Labour are hit with three combined impacts of the likely fall in the first prefence votes. First is the failure to reach the threshold first preference votes to win seats. Second is that this threshold will be a higher percentage of the vote than for the Conservatives or the Liberal Democrats, as Labour have fielded more than one candidate in nearly 150 wards.  With such a low share of the vote, under the STV system Labour Party candidates will be competing against each other for votes. Third is that Labour have larger than average population per seat, so the percentage of the seats won will be lower than the opinion polls suggest. For these three reasons combined, even if the General Election show a slight recovery from 15% to 18% of the popular vote, their share of the Scottish council seats won, could be still be less than 13% of the total, the point where total number of seat losses exceeds 250.

Kevin Marshall

Will Ruth Davidson be Apologizing to Voters After the Scottish Local Elections on May 4th?

The Conservatives in Scotland are likely to show large gains in the Scottish local elections next Thursday.  So why should Ruth Davidson end up have to make an apology?

Consider the reasons that are likely to be large gains next week.

First, is that in 2012 the Conservatives did rather badly. They lost 28 seats to 115 seats, less than 10% of the total. In first preference vote share they went down over 2% to 13.3%.

Second is that since the 2015 General Election, when they received 14.9% of the vote – worse than the 2012 local elections with no Independents – the opinion polls have shown a consistent rise in support. By May 2016, the Conservatives achieved 22% of the vote at the constituency level in the Scottish Assembly Elections. By early this year opinion polls are indicating around 25% support.

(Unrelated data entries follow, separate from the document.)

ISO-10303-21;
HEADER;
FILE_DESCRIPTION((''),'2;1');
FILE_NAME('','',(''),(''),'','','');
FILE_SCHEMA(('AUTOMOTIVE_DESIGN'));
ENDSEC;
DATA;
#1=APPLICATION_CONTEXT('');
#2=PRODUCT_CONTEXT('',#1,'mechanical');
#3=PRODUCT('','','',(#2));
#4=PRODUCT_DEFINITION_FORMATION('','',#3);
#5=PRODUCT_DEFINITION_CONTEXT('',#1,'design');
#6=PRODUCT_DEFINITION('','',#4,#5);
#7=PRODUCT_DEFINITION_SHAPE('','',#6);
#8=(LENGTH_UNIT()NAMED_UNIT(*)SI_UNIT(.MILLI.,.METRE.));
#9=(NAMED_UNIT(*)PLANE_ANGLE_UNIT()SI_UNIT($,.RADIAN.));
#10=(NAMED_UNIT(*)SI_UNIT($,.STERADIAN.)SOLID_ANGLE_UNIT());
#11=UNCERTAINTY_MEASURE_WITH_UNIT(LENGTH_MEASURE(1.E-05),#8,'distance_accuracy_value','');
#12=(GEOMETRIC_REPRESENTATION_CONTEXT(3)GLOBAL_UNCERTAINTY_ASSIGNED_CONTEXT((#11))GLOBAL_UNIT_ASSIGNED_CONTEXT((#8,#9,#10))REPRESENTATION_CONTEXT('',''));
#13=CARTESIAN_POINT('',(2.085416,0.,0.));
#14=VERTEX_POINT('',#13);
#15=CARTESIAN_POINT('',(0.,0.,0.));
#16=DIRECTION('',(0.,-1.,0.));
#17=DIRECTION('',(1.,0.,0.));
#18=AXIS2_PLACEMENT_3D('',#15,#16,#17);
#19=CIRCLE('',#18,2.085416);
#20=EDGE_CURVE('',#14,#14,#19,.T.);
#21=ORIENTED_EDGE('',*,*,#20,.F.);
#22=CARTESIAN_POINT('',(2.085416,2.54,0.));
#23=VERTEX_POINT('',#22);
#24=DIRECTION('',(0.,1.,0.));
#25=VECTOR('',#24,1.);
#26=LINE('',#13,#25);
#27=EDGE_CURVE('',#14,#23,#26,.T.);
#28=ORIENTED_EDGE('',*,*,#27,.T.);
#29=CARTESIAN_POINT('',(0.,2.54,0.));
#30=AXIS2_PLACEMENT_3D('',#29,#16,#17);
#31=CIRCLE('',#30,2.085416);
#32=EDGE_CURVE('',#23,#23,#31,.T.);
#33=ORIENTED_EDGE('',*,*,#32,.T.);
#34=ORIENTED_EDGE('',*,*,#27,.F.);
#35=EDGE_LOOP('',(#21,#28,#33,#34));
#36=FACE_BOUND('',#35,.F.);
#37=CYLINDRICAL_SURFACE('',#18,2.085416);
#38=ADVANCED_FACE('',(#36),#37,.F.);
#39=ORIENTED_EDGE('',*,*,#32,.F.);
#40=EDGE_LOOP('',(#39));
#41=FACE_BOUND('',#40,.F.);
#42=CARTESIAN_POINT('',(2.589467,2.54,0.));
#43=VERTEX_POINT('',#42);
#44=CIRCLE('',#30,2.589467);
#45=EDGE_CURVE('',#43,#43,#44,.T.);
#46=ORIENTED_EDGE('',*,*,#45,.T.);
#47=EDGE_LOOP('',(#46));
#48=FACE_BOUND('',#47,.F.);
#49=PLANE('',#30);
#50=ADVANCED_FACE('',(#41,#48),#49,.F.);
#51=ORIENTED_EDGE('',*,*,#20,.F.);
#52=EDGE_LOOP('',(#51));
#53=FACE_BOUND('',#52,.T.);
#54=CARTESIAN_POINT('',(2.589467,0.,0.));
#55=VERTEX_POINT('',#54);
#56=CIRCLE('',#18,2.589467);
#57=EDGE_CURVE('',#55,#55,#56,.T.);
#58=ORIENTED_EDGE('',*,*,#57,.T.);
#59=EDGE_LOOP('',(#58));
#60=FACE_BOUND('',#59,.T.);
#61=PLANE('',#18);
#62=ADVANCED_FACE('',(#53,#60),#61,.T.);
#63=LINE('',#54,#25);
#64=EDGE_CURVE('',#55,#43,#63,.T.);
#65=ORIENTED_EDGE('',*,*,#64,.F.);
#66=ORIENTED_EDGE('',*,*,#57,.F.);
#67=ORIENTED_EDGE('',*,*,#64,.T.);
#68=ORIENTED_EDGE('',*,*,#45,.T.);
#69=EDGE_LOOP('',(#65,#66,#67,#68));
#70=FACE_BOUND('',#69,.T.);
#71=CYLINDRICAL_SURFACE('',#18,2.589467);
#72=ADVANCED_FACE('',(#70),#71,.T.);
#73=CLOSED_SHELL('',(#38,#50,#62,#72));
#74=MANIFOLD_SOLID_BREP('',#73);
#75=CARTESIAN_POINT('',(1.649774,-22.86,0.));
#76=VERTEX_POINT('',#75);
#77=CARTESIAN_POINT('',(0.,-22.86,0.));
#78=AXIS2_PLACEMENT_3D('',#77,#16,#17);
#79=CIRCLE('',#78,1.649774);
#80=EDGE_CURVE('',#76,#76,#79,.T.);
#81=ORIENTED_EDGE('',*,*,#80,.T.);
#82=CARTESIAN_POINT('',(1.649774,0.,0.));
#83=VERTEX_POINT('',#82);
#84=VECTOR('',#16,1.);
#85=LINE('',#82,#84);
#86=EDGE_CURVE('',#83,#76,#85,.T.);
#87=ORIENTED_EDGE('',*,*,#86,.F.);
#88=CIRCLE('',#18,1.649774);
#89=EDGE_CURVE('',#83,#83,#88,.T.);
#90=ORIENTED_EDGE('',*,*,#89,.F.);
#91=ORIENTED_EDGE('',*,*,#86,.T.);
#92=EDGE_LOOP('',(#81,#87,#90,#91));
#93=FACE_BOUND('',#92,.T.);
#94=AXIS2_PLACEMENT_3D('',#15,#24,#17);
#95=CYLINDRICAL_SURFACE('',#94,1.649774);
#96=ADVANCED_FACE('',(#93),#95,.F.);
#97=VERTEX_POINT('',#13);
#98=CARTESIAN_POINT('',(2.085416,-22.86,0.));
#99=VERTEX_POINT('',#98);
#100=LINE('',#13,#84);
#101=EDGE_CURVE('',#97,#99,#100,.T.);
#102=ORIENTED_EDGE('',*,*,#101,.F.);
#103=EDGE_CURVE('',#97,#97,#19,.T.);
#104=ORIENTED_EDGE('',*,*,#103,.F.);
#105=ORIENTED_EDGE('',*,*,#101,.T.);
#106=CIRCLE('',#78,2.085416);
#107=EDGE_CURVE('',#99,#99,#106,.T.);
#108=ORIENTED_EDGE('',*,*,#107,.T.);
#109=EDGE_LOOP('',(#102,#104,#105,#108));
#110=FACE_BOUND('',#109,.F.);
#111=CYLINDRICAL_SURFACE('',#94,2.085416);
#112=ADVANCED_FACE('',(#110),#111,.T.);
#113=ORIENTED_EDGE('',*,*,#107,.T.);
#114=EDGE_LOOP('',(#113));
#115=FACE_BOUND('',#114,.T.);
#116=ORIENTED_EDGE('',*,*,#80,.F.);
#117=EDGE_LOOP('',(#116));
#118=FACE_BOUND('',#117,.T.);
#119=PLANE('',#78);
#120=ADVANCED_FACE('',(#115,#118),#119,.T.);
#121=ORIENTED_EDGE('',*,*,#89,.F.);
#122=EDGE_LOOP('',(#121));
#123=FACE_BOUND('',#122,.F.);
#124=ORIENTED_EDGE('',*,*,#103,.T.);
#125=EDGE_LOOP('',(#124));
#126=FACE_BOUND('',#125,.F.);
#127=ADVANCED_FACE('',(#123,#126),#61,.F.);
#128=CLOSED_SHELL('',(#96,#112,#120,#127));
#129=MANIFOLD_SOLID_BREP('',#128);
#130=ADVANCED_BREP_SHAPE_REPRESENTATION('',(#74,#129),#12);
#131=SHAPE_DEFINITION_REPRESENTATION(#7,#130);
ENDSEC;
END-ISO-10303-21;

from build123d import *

# Parameters (mm, degrees)
F0_R     = 2.085416
F0_R_2   = 1.649774
F1_DEPTH = 22.86
F0_R_3   = 2.589467
F3_DEPTH = 2.54


with BuildPart() as f1:
    # F0 (on Front) → F1 (new body)
    with BuildSketch(Plane.XZ):
        Circle(F0_R)
        Circle(F0_R_2, mode=Mode.SUBTRACT)
    extrude(amount=F1_DEPTH)


with BuildPart() as f3:
    # F0 (on Front) → F3 (new body)
    with BuildSketch(Plane.XZ):
        Circle(F0_R_3)
        Circle(F0_R, mode=Mode.SUBTRACT)
    extrude(amount=-F3_DEPTH)


solid = Compound([f1.part, f3.part])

Third is that support has, if anything, risen further in the last couple of months. Polls conducted since the General election was announced show GE support at 28% (Survation/Sunday Post) and 33% (Panelbase/Sunday Times). Below is a summary from Martin Baxter’s Electoral Calculus Website

On that basis local election vote could be above the 21% of First Preference Votes I used to predict gains of 150 seats. The potential embarrassment lies in the Single Transferable Vote (STV) system. Under STV – a basic alternative to proportional representation – very large council wards have three or four Councillors. If a Party wishes to maximize its seats, it must optimize the number of candidates. In a previous post, I looked at the the candidates per ward.

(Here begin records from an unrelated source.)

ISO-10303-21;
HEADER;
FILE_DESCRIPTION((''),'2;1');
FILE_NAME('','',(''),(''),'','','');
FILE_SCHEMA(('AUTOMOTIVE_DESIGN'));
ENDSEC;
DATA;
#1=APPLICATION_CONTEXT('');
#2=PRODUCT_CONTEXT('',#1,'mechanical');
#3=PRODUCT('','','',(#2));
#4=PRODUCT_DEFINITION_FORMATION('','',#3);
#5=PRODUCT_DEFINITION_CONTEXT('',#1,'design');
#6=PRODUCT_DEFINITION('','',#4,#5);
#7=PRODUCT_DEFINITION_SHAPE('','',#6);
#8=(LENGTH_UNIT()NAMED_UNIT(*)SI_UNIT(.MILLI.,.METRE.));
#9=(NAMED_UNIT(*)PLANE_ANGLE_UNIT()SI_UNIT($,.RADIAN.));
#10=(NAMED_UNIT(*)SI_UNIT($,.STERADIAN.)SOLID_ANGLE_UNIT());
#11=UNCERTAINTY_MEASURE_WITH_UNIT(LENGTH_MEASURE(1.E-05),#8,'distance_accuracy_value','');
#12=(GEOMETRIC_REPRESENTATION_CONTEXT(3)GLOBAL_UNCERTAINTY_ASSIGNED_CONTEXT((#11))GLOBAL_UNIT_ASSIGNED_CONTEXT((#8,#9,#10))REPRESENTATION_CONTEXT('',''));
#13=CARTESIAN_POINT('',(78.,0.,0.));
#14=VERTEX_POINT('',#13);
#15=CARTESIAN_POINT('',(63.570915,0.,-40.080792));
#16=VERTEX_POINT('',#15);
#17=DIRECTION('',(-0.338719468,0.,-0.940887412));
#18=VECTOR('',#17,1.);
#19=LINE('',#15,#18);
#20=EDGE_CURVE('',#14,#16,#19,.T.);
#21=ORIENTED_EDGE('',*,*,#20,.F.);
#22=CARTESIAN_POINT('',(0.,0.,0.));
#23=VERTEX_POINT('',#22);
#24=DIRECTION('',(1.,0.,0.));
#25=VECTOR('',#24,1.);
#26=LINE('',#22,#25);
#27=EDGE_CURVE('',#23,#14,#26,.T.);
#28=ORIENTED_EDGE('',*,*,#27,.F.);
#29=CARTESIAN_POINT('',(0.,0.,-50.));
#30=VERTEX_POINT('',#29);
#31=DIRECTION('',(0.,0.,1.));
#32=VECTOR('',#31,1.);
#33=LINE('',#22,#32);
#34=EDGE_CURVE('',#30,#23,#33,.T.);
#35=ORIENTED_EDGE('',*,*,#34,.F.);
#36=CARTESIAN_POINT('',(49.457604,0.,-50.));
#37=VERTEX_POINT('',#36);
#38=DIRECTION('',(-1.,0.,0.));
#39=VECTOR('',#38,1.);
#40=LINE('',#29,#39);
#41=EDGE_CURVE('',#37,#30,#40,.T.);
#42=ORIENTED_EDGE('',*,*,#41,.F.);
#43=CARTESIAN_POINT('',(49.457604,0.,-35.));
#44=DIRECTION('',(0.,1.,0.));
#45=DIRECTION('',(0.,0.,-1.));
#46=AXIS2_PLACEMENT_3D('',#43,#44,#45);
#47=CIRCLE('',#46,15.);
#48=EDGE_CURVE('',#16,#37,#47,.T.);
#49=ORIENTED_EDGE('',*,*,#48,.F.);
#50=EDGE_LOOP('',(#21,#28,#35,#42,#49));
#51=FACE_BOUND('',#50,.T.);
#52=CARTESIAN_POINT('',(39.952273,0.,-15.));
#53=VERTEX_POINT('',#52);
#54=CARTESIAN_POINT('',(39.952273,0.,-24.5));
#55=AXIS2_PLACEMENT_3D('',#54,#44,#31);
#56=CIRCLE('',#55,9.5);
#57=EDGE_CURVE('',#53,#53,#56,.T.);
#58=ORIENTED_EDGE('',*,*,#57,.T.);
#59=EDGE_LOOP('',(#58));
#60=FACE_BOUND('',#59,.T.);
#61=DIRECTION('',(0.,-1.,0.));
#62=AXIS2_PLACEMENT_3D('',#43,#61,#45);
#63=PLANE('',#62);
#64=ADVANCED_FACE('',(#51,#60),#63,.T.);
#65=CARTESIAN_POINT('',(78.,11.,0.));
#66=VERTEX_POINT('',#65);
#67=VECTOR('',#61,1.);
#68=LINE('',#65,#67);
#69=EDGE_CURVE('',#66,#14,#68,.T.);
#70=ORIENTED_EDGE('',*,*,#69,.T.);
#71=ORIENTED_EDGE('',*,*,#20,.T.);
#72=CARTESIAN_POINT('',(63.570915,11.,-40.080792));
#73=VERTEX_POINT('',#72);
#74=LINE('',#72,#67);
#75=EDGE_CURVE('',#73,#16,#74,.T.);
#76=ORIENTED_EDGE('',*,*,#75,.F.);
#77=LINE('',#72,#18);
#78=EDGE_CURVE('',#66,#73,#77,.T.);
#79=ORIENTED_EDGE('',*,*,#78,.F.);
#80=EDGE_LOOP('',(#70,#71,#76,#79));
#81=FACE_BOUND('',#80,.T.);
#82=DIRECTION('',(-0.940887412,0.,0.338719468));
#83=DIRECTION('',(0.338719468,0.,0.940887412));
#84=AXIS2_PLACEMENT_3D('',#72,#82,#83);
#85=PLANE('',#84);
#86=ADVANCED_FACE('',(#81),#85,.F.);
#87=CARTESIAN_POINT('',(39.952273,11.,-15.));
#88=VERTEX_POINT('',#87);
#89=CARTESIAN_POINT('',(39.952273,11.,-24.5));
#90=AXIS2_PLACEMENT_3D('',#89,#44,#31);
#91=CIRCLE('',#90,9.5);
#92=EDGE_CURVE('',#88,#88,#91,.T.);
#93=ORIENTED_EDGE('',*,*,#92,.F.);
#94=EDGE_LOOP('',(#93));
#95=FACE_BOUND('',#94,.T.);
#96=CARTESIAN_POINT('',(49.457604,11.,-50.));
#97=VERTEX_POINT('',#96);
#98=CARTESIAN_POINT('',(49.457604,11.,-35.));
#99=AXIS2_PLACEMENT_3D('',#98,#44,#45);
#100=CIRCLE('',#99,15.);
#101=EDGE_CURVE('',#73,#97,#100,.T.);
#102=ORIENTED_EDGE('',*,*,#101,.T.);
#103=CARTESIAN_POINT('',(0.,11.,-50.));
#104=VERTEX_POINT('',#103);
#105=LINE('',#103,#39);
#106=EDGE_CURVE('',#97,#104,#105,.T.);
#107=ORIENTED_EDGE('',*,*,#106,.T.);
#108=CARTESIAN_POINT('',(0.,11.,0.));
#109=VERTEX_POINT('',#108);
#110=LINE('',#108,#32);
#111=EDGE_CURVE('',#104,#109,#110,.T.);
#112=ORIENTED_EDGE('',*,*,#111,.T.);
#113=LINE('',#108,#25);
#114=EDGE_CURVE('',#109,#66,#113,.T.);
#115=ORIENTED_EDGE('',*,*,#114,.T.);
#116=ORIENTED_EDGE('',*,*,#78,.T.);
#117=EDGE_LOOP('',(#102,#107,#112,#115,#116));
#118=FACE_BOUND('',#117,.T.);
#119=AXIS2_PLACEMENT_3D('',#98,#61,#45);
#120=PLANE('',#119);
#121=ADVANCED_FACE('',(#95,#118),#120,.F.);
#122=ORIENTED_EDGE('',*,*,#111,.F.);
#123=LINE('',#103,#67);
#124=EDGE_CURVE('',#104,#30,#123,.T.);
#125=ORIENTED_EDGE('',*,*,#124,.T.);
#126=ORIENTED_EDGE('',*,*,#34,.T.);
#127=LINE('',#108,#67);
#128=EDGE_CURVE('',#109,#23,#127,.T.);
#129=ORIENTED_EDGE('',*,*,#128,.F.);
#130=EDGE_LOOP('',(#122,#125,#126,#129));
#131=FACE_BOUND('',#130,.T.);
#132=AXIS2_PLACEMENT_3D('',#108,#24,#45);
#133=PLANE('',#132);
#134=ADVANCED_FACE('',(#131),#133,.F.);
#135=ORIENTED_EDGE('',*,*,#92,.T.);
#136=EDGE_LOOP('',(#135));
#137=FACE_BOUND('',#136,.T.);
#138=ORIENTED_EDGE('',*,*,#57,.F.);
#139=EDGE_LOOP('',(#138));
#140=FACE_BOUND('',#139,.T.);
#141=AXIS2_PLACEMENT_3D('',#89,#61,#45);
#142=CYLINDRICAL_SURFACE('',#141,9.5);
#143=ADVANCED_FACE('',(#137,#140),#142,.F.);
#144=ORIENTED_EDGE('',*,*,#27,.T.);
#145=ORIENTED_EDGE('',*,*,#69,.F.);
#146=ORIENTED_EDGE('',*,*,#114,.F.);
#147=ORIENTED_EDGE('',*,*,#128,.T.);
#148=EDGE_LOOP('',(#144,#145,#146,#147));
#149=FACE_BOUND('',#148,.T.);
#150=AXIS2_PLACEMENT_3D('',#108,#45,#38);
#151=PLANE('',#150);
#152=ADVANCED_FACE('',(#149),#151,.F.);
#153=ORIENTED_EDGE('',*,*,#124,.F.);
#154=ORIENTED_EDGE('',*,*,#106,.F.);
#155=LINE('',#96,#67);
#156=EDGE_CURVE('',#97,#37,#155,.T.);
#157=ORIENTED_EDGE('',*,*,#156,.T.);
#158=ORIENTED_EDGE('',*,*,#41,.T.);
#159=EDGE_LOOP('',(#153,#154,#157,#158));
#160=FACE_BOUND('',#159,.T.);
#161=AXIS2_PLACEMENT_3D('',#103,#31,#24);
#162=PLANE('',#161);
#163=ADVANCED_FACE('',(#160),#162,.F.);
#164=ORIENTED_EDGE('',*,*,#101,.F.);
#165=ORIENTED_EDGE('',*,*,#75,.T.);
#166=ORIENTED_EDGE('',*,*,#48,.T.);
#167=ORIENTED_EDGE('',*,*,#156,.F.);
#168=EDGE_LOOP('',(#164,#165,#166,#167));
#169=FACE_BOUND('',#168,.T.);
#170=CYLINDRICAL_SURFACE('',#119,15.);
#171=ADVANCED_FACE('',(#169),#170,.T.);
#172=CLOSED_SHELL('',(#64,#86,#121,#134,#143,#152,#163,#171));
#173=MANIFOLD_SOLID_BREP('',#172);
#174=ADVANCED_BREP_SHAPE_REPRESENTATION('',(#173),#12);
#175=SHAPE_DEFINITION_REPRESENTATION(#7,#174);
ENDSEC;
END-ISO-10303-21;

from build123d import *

# Parameters (mm, degrees)
SKETCH1_R           = 9.5
BOSS_EXTRUDE1_DEPTH = 11


with BuildPart() as part:
    # Sketch1 → Boss-Extrude1 (new body)
    with BuildSketch(Plane(origin=(0, 0, 0), x_dir=(1, 0, 0), z_dir=(0, 1, 0))):
        with BuildLine():
            Line((0, 0), (78, 0))
            Line((78, 0), (63.570914871, 40.080792024))
            ThreePointArc((63.570914871, 40.080792024), (58.082802811, 47.272161186), (49.457603693, 50))
            Line((49.457603693, 50), (0, 50))
            Line((0, 50), (0, 0))
        make_face()
        with Locations(Location((39.952273438, 24.5, 0), (0, 0, 270))):
            Circle(SKETCH1_R, mode=Mode.SUBTRACT)
    extrude(amount=BOSS_EXTRUDE1_DEPTH)


solid = part.part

In only 41 wards do the Conservatives have more than one candidate. In optimizing the number of candidates they have assumed that in only a very limited number of wards will they receive more than a third of first preference votes. Much below that and two candidates would end up competing against each other for votes. This is the strategy of a party, with uneven support, who still expects to get less than 20% of the vote. The problem is that is so long since the Conservatives had this level of support they do not know where that support lies. So, retrospectively, the Conservatives will realize that in many wards they could have fielded an extra candidate. This could mean that they fail to become the largest party on a number of councils, due to the prudent approach. Given that the SNP is the strongest party with the most candidates, it is they who will gain from this prudence. Hence the reason that Ruth Davidson could end up apologizing.

If this happens, and the Labour party loses out from fielding too many candidates (through matching the number of seats held in most areas), it could lead to a campaign to abandon the STV system. The SNP will likely stoutly defend a system that seems progressive and benefits them.